[Beignet] [PATCH 10/18] Add vload functions into lib ocl
junyan.he at inbox.com
junyan.he at inbox.com
Tue Aug 12 00:32:21 PDT 2014
From: Junyan He <junyan.he at linux.intel.com>
Signed-off-by: Junyan He <junyan.he at linux.intel.com>
---
backend/src/libocl/Makefile.in | 2 +-
backend/src/libocl/include/ocl_vload.h | 143 ++++++++++++++++++
backend/src/libocl/lib/ocl_vload.cl | 257 +++++++++++++++++++++++++++++++++
3 files changed, 401 insertions(+), 1 deletion(-)

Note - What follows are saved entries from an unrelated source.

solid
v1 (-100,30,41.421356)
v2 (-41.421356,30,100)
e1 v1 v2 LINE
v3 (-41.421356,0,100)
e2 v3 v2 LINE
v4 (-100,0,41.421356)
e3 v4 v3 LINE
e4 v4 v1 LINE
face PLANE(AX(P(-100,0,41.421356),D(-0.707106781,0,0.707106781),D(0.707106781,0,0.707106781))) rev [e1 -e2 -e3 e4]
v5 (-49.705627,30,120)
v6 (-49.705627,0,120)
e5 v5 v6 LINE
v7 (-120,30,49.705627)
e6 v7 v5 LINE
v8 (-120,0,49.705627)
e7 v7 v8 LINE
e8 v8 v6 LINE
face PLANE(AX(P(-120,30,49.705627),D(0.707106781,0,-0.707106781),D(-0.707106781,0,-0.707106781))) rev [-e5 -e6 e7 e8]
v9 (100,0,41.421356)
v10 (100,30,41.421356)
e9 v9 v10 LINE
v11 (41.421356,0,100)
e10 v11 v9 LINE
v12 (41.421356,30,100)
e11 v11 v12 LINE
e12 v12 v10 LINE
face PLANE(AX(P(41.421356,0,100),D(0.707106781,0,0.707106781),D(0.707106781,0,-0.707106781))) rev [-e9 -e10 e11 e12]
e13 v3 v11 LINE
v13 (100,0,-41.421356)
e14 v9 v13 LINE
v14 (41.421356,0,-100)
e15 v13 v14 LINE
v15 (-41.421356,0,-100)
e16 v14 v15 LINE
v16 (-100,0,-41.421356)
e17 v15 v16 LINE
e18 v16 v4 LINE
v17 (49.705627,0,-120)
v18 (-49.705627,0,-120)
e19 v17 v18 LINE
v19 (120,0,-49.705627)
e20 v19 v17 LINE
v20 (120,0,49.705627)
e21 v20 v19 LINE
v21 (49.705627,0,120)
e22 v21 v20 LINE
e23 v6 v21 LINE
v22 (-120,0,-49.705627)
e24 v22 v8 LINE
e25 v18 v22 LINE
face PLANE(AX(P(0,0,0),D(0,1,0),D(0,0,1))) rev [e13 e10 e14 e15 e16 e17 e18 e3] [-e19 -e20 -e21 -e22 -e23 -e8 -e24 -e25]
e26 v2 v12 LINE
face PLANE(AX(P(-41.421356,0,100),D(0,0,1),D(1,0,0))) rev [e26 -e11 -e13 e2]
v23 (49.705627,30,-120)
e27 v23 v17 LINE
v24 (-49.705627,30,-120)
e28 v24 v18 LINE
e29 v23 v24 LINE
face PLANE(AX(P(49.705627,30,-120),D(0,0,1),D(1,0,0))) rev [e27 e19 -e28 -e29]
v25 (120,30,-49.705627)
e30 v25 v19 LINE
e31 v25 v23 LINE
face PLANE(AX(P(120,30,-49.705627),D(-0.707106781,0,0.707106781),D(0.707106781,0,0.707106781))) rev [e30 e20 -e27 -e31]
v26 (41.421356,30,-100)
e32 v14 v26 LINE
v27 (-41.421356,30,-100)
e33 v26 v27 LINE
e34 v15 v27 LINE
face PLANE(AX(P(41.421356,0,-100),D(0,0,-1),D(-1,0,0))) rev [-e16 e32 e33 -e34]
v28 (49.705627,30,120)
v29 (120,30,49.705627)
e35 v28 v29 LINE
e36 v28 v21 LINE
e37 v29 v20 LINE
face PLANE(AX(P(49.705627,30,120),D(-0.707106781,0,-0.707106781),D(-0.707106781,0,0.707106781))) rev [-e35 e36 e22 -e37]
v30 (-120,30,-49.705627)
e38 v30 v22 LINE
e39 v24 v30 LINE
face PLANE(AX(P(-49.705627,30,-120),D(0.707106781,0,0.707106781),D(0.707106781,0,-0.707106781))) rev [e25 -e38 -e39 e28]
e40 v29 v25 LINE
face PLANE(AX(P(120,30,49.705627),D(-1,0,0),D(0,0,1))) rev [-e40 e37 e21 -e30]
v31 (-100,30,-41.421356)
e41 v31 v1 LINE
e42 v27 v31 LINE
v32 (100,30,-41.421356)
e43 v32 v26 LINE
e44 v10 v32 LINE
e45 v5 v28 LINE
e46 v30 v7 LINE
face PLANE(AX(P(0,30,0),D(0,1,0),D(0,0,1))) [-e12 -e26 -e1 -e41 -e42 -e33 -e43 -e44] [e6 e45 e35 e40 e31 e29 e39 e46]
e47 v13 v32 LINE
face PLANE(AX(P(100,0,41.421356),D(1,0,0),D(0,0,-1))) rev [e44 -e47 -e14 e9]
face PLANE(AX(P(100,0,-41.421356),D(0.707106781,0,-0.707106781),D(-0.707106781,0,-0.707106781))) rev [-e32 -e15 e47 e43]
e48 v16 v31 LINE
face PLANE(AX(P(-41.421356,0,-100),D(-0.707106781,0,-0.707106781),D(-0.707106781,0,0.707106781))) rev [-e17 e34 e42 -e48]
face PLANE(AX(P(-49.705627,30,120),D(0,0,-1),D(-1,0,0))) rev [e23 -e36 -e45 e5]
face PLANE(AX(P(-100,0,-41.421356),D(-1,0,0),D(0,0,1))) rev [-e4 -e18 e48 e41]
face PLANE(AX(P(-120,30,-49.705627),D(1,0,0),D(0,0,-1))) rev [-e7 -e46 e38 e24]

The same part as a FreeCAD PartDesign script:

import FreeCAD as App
import Part
import Sketcher
Q = App.Units.Quantity

doc = App.newDocument("Part")
body = doc.addObject("PartDesign::Body", "Body")

sketch1 = body.newObject("Sketcher::SketchObject", "Sketch")
sketch1.AttachmentSupport = (doc.getObject("XZ_Plane"), [""])
sketch1.MapMode = "FlatFace"
sketch1.addGeometry(Part.LineSegment(App.Vector(120, -50, 0), App.Vector(50, -120, 0)), False)
sketch1.addGeometry(Part.LineSegment(App.Vector(50, -120, 0), App.Vector(-50, -120, 0)), False)
sketch1.addGeometry(Part.LineSegment(App.Vector(-50, -120, 0), App.Vector(-120, -50, 0)), False)
sketch1.addGeometry(Part.LineSegment(App.Vector(-120, -50, 0), App.Vector(-120, 50, 0)), False)
sketch1.addGeometry(Part.LineSegment(App.Vector(-120, 50, 0), App.Vector(-50, 120, 0)), False)
sketch1.addGeometry(Part.LineSegment(App.Vector(-50, 120, 0), App.Vector(50, 120, 0)), False)
sketch1.addGeometry(Part.LineSegment(App.Vector(50, 120, 0), App.Vector(120, 50, 0)), False)
sketch1.addGeometry(Part.LineSegment(App.Vector(120, 50, 0), App.Vector(120, -50, 0)), False)
sketch1.addConstraint(Sketcher.Constraint("Coincident", 0, 2, 1, 1))
sketch1.addConstraint(Sketcher.Constraint("Coincident", 1, 2, 2, 1))
sketch1.addConstraint(Sketcher.Constraint("Coincident", 2, 2, 3, 1))
sketch1.addConstraint(Sketcher.Constraint("Coincident", 3, 2, 4, 1))
sketch1.addConstraint(Sketcher.Constraint("Coincident", 4, 2, 5, 1))
sketch1.addConstraint(Sketcher.Constraint("Coincident", 5, 2, 6, 1))
sketch1.addConstraint(Sketcher.Constraint("Coincident", 6, 2, 7, 1))
sketch1.addConstraint(Sketcher.Constraint("Coincident", 7, 2, 0, 1))
sketch1.addConstraint(Sketcher.Constraint("Horizontal", 1))
sketch1.addConstraint(Sketcher.Constraint("Vertical", 3))
sketch1.addConstraint(Sketcher.Constraint("Horizontal", 5))
sketch1.addConstraint(Sketcher.Constraint("Vertical", 7))
sketch1.addConstraint(Sketcher.Constraint("Symmetric", 0, 2, 4, 2, -1, 1))
sketch1.addConstraint(Sketcher.Constraint("Symmetric", 2, 2, 6, 2, -1, 1))
sketch1.addConstraint(Sketcher.Constraint("Perpendicular", 0, 2))
sketch1.addConstraint(Sketcher.Constraint("Perpendicular", 2, 4))
sketch1.addConstraint(Sketcher.Constraint("Perpendicular", 4, 6))
sketch1.addConstraint(Sketcher.Constraint("Horizontal", 3, 2, 6, 2))
sketch1.addConstraint(Sketcher.Constraint("Vertical", 1, 2, 4, 2))
sketch1.addConstraint(Sketcher.Constraint("Equal", 5, 3))
sketch1.addConstraint(Sketcher.Constraint("DistanceY", 0, 2, -1, 1, Q("120 mm")))
sketch1.addConstraint(Sketcher.Constraint("DistanceX", 1, 2, 1, 1, Q("99.411255 mm")))
pad1 = body.newObject("PartDesign::Pad", "Pad")
pad1.Profile = sketch1
pad1.Length = 30
pad1.Reversed = True

sketch2 = body.newObject("Sketcher::SketchObject", "Sketch001")
sketch2.AttachmentSupport = (doc.getObject("XZ_Plane"), [""])
sketch2.MapMode = "FlatFace"
sketch2.AttachmentOffset = App.Placement(App.Vector(0, 0, -30), App.Rotation())
sketch2.addGeometry(Part.LineSegment(App.Vector(100, -41, 0), App.Vector(41, -100, 0)), False)
sketch2.addGeometry(Part.LineSegment(App.Vector(41, -100, 0), App.Vector(-41, -100, 0)), False)
sketch2.addGeometry(Part.LineSegment(App.Vector(-41, -100, 0), App.Vector(-100, -41, 0)), False)
sketch2.addGeometry(Part.LineSegment(App.Vector(-100, -41, 0), App.Vector(-100, 41, 0)), False)
sketch2.addGeometry(Part.LineSegment(App.Vector(-100, 41, 0), App.Vector(-41, 100, 0)), False)
sketch2.addGeometry(Part.LineSegment(App.Vector(-41, 100, 0), App.Vector(41, 100, 0)), False)
sketch2.addGeometry(Part.LineSegment(App.Vector(41, 100, 0), App.Vector(100, 41, 0)), False)
sketch2.addGeometry(Part.LineSegment(App.Vector(100, 41, 0), App.Vector(100, -41, 0)), False)
sketch2.addConstraint(Sketcher.Constraint("Coincident", 0, 2, 1, 1))
sketch2.addConstraint(Sketcher.Constraint("Coincident", 1, 2, 2, 1))
sketch2.addConstraint(Sketcher.Constraint("Coincident", 2, 2, 3, 1))
sketch2.addConstraint(Sketcher.Constraint("Coincident", 3, 2, 4, 1))
sketch2.addConstraint(Sketcher.Constraint("Coincident", 4, 2, 5, 1))
sketch2.addConstraint(Sketcher.Constraint("Coincident", 5, 2, 6, 1))
sketch2.addConstraint(Sketcher.Constraint("Coincident", 6, 2, 7, 1))
sketch2.addConstraint(Sketcher.Constraint("Coincident", 7, 2, 0, 1))
sketch2.addConstraint(Sketcher.Constraint("Horizontal", 1))
sketch2.addConstraint(Sketcher.Constraint("Vertical", 3))
sketch2.addConstraint(Sketcher.Constraint("Horizontal", 5))
sketch2.addConstraint(Sketcher.Constraint("Vertical", 7))
sketch2.addConstraint(Sketcher.Constraint("Symmetric", 0, 2, 4, 2, -1, 1))
sketch2.addConstraint(Sketcher.Constraint("Symmetric", 2, 2, 6, 2, -1, 1))
sketch2.addConstraint(Sketcher.Constraint("Perpendicular", 0, 2))
sketch2.addConstraint(Sketcher.Constraint("Perpendicular", 2, 4))
sketch2.addConstraint(Sketcher.Constraint("Perpendicular", 4, 6))
sketch2.addConstraint(Sketcher.Constraint("Horizontal", 3, 2, 6, 2))
sketch2.addConstraint(Sketcher.Constraint("Vertical", 1, 2, 4, 2))
sketch2.addConstraint(Sketcher.Constraint("Equal", 5, 3))
sketch2.addConstraint(Sketcher.Constraint("DistanceY", 0, 2, -1, 1, Q("100 mm")))
sketch2.addConstraint(Sketcher.Constraint("DistanceX", 1, 2, 1, 1, Q("82.842712 mm")))
pocket1 = body.newObject("PartDesign::Pocket", "Pocket")
pocket1.Profile = sketch2
pocket1.Length = 30
pocket1.Reversed = True

doc.recompute()
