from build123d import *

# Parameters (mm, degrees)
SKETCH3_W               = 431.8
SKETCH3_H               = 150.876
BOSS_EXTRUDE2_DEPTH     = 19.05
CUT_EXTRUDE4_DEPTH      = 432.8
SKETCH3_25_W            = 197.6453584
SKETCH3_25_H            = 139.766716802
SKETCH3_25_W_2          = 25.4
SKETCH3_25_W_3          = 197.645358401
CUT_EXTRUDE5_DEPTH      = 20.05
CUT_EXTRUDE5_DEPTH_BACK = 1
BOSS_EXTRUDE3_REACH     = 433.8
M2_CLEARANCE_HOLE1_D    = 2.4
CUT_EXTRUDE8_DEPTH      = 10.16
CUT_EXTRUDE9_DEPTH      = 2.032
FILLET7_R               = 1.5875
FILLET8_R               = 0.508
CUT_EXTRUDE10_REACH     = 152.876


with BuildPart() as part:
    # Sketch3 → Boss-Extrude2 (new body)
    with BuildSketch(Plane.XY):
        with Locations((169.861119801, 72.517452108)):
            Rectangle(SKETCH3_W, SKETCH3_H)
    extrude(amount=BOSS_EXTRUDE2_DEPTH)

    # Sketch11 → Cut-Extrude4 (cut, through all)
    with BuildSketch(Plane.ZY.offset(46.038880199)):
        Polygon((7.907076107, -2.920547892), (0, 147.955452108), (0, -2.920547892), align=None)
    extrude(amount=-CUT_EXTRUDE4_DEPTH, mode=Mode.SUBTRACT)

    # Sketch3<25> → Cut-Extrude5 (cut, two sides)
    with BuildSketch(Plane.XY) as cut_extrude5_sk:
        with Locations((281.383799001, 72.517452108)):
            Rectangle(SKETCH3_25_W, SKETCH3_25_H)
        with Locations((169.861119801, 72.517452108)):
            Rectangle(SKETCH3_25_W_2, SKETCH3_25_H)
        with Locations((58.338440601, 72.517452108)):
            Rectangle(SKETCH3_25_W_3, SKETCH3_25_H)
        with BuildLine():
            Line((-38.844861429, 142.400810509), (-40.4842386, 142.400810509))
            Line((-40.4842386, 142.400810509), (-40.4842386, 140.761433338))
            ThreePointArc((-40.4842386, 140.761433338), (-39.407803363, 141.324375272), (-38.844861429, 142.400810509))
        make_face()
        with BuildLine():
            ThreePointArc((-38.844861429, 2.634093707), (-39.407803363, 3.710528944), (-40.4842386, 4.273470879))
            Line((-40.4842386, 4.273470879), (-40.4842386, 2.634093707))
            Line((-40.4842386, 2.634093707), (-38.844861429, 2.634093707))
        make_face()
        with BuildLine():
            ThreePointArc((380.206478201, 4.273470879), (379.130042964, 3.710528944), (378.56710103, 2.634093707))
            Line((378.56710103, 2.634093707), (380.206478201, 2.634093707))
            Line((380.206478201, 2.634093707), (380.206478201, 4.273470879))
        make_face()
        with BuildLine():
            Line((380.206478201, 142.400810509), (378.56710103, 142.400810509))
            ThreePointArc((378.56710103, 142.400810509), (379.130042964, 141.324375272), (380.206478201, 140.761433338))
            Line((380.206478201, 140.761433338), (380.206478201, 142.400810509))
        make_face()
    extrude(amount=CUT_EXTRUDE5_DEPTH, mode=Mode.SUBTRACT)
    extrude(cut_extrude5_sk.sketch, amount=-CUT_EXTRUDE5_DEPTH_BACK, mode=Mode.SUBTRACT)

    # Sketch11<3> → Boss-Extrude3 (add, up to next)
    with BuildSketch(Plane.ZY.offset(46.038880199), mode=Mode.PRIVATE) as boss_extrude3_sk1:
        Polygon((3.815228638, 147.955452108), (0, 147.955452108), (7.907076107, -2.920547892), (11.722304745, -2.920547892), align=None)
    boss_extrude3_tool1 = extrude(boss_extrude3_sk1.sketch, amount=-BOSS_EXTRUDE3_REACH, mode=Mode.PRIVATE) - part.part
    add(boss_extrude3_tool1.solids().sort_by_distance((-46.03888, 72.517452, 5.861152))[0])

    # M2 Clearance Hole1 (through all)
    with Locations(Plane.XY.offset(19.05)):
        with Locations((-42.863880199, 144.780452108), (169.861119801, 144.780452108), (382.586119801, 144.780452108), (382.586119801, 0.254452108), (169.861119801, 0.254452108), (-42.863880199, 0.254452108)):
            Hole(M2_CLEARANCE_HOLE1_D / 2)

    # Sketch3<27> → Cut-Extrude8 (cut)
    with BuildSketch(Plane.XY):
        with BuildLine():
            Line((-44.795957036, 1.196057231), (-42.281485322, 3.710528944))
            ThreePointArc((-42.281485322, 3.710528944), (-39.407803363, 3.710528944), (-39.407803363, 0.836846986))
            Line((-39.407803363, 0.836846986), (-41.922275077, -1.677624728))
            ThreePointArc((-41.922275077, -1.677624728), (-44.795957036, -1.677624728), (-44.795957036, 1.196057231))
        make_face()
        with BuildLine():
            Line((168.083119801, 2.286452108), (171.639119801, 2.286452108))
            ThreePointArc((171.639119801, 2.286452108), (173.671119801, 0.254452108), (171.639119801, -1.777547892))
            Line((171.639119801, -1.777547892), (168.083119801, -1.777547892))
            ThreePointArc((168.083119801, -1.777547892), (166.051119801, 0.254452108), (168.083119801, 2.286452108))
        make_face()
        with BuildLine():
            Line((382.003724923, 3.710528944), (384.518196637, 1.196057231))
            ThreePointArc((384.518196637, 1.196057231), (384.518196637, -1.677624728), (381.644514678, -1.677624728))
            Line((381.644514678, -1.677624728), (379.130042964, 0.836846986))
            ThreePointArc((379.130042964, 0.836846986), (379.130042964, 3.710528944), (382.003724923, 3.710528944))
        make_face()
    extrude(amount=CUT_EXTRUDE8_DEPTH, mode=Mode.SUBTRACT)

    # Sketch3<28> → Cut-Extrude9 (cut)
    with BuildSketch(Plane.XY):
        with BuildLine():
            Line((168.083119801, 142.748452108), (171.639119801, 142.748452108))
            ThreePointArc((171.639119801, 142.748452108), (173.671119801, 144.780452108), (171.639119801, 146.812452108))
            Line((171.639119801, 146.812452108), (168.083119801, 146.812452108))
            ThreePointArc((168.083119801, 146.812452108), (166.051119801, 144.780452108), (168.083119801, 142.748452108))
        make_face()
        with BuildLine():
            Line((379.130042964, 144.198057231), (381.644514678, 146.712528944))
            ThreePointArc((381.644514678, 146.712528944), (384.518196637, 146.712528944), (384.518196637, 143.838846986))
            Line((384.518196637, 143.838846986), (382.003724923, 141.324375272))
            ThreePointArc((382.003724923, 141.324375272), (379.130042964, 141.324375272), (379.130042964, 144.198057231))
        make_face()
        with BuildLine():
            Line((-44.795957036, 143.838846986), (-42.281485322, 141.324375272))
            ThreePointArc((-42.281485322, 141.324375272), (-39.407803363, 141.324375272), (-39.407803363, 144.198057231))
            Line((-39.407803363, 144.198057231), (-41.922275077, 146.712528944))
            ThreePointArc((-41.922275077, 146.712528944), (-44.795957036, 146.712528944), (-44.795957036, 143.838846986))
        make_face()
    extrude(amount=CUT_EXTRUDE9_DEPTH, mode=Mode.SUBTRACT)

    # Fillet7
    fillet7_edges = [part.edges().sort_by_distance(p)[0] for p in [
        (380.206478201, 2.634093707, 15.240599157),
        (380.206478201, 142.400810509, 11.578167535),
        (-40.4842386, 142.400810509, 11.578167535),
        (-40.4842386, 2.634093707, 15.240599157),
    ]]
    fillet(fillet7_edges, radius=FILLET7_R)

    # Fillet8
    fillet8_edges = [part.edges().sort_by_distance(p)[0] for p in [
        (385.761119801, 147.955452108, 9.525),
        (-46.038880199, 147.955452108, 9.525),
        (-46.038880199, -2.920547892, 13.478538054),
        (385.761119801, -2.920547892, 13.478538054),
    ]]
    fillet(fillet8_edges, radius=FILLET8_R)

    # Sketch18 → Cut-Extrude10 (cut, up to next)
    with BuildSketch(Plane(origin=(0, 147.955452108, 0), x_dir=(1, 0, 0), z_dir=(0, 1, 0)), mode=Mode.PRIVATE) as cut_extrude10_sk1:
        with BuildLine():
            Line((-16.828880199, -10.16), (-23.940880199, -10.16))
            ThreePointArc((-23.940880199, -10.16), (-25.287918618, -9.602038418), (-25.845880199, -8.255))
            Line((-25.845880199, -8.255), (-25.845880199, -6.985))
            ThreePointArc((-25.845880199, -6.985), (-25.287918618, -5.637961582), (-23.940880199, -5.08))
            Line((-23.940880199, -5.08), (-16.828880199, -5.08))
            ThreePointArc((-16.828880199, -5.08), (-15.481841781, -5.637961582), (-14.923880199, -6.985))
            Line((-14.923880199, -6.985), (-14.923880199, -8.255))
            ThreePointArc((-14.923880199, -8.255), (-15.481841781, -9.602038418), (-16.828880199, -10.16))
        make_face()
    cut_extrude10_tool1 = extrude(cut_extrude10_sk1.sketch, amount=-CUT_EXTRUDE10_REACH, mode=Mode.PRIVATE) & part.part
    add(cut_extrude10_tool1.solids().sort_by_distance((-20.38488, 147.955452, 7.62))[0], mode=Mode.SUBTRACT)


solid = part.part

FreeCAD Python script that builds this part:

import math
import FreeCAD as App
import Part
import Sketcher
from FreeCAD import Vector
Q = App.Units.Quantity


def edges_at(feature, points):
    """Names of the edges that pass closest to the given points."""
    edges = feature.Shape.Edges
    near = lambda p: min(range(len(edges)), key=lambda i: edges[i].distToShape(Part.Vertex(*p))[0])
    return sorted({f"Edge{near(p) + 1}" for p in points})


def add_polygon(sketch, points):
    """Adds a closed chain of lines whose ends are joined by coincident constraints."""
    first, n = sketch.GeometryCount, len(points)
    for a, b in zip(points, points[1:] + points[:1]):
        sketch.addGeometry(Part.LineSegment(App.Vector(*a, 0), App.Vector(*b, 0)), False)
    for i in range(n):
        sketch.addConstraint(Sketcher.Constraint("Coincident", first + i, 2, first + (i + 1) % n, 1))

doc = App.newDocument("Part")
body = doc.addObject("PartDesign::Body", "Body")

# Sketch on XY plane
sketch1 = doc.addObject("Sketcher::SketchObject", "Sketch")
body.addObject(sketch1)
sketch1.AttachmentSupport = (doc.XY_Plane, [""])
sketch1.MapMode = "FlatFace"
add_polygon(sketch1, [(-46, 148), (-46, -3), (386, -3), (386, 148)])  # lines 0-3
sketch1.addConstraint([
    Sketcher.Constraint("Vertical", 0),
    Sketcher.Constraint("Horizontal", 1),
    Sketcher.Constraint("Vertical", 2),
    Sketcher.Constraint("Horizontal", 3),
    Sketcher.Constraint("DistanceX", 1, 1, 1, 2, Q("17 in")),
    Sketcher.Constraint("DistanceY", 0, 2, 0, 1, Q("5.94 in")),
    Sketcher.Constraint("DistanceX", 0, 2, -1, 1, Q("46.03888 mm")),
    Sketcher.Constraint("DistanceY", 0, 2, -1, 1, Q("2.920548 mm")),
])
pad1 = doc.addObject("PartDesign::Pad", "Pad")
body.addObject(pad1)
pad1.Profile = sketch1
pad1.Length = Q("0.75 in")

# Sketch on YZ plane
sketch2 = doc.addObject("Sketcher::SketchObject", "Sketch001")
body.addObject(sketch2)
sketch2.AttachmentSupport = (doc.YZ_Plane, [""])
sketch2.MapMode = "FlatFace"
sketch2.AttachmentOffset = App.Placement(Vector(0, 0, -46.03888), App.Rotation())
add_polygon(sketch2, [(-3, 8), (148, 0), (-3, 0)])  # lines 0-2
sketch2.addConstraint([
    Sketcher.Constraint("Horizontal", 1),
    Sketcher.Constraint("Vertical", 2),
    Sketcher.Constraint("PointOnObject", 0, 2, -1),
    Sketcher.Constraint("Angle", 0, Q("-3 deg")),
    Sketcher.Constraint("DistanceX", 1, 2, 1, 1, Q("5.94 in")),
    Sketcher.Constraint("DistanceX", -1, 1, 0, 2, Q("147.955452 mm")),
])
pocket1 = doc.addObject("PartDesign::Pocket", "Pocket")
body.addObject(pocket1)
pocket1.Profile = sketch2
pocket1.Type = "ThroughAll"
pocket1.Reversed = True

# Sketch on XY plane
sketch3 = doc.addObject("Sketcher::SketchObject", "Sketch002")
body.addObject(sketch3)
sketch3.AttachmentSupport = (doc.XY_Plane, [""])
sketch3.MapMode = "FlatFace"
add_polygon(sketch3, [(-40, 142), (-40, 3), (380, 3), (380, 142)])  # lines 0-3
sketch3.addConstraint([
    Sketcher.Constraint("Vertical", 0),
    Sketcher.Constraint("Horizontal", 1),
    Sketcher.Constraint("Vertical", 2),
    Sketcher.Constraint("Horizontal", 3),
    Sketcher.Constraint("DistanceX", 1, 1, 1, 2, Q("420.690717 mm")),
    Sketcher.Constraint("DistanceY", 0, 2, 0, 1, Q("139.766717 mm")),
    Sketcher.Constraint("DistanceX", 0, 2, -1, 1, Q("40.484239 mm")),
    Sketcher.Constraint("DistanceY", -1, 1, 2, 2, Q("142.400811 mm")),
])
pocket2 = doc.addObject("PartDesign::Pocket", "Pocket001")
body.addObject(pocket2)
pocket2.Profile = sketch3
pocket2.Type = "ThroughAll"
pocket2.Midplane = True

# Sketch on YZ plane
sketch4 = doc.addObject("Sketcher::SketchObject", "Sketch003")
body.addObject(sketch4)
sketch4.AttachmentSupport = (doc.YZ_Plane, [""])
sketch4.MapMode = "FlatFace"
sketch4.AttachmentOffset = App.Placement(Vector(0, 0, -46.03888), App.Rotation())
add_polygon(sketch4, [(148, 3.8), (148, 0), (-2.9, 7.9), (-2.9, 11.7)])  # lines 0-3
sketch4.addConstraint([
    Sketcher.Constraint("Vertical", 0),
    Sketcher.Constraint("Vertical", 2),
    Sketcher.Constraint("PointOnObject", 0, 2, -1),
    Sketcher.Constraint("Parallel", 1, 3),
    Sketcher.Constraint("Angle", 1, Q("177 deg")),
    Sketcher.Constraint("DistanceX", 1, 2, 0, 2, Q("5.94 in")),
    Sketcher.Constraint("DistanceY", 0, 2, 0, 1, Q("3.815229 mm")),
    Sketcher.Constraint("DistanceX", -1, 1, 0, 2, Q("147.955452 mm")),
])
pad2 = doc.addObject("PartDesign::Pad", "Pad001")
body.addObject(pad2)
pad2.Profile = sketch4
pad2.Length = 426.245358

create mode 100644 backend/src/libocl/include/ocl_vload.h
create mode 100644 backend/src/libocl/lib/ocl_vload.cl
diff --git a/backend/src/libocl/Makefile.in b/backend/src/libocl/Makefile.in
index 4467f05..1851575 100644
--- a/backend/src/libocl/Makefile.in
+++ b/backend/src/libocl/Makefile.in
@@ -7,7 +7,7 @@ GENERATED_FILES=ocl_as.cl ocl_convert.cl ocl_common.cl ocl_relational.cl
GENERATED_HEADERS=ocl_defines.h ocl_as.h ocl_convert.h ocl_common.h ocl_relational.h
GENERATED_CL_SRCS=$(addprefix lib/, $(GENERATED_FILES))
GENERATED_CL_HEADERS=$(addprefix include/, $(GENERATED_HEADERS))
-CL_FILE_NAMES=ocl_workitem.cl ocl_atom.cl ocl_async.cl ocl_sync.cl ocl_misc.cl $(GENERATED_FILES)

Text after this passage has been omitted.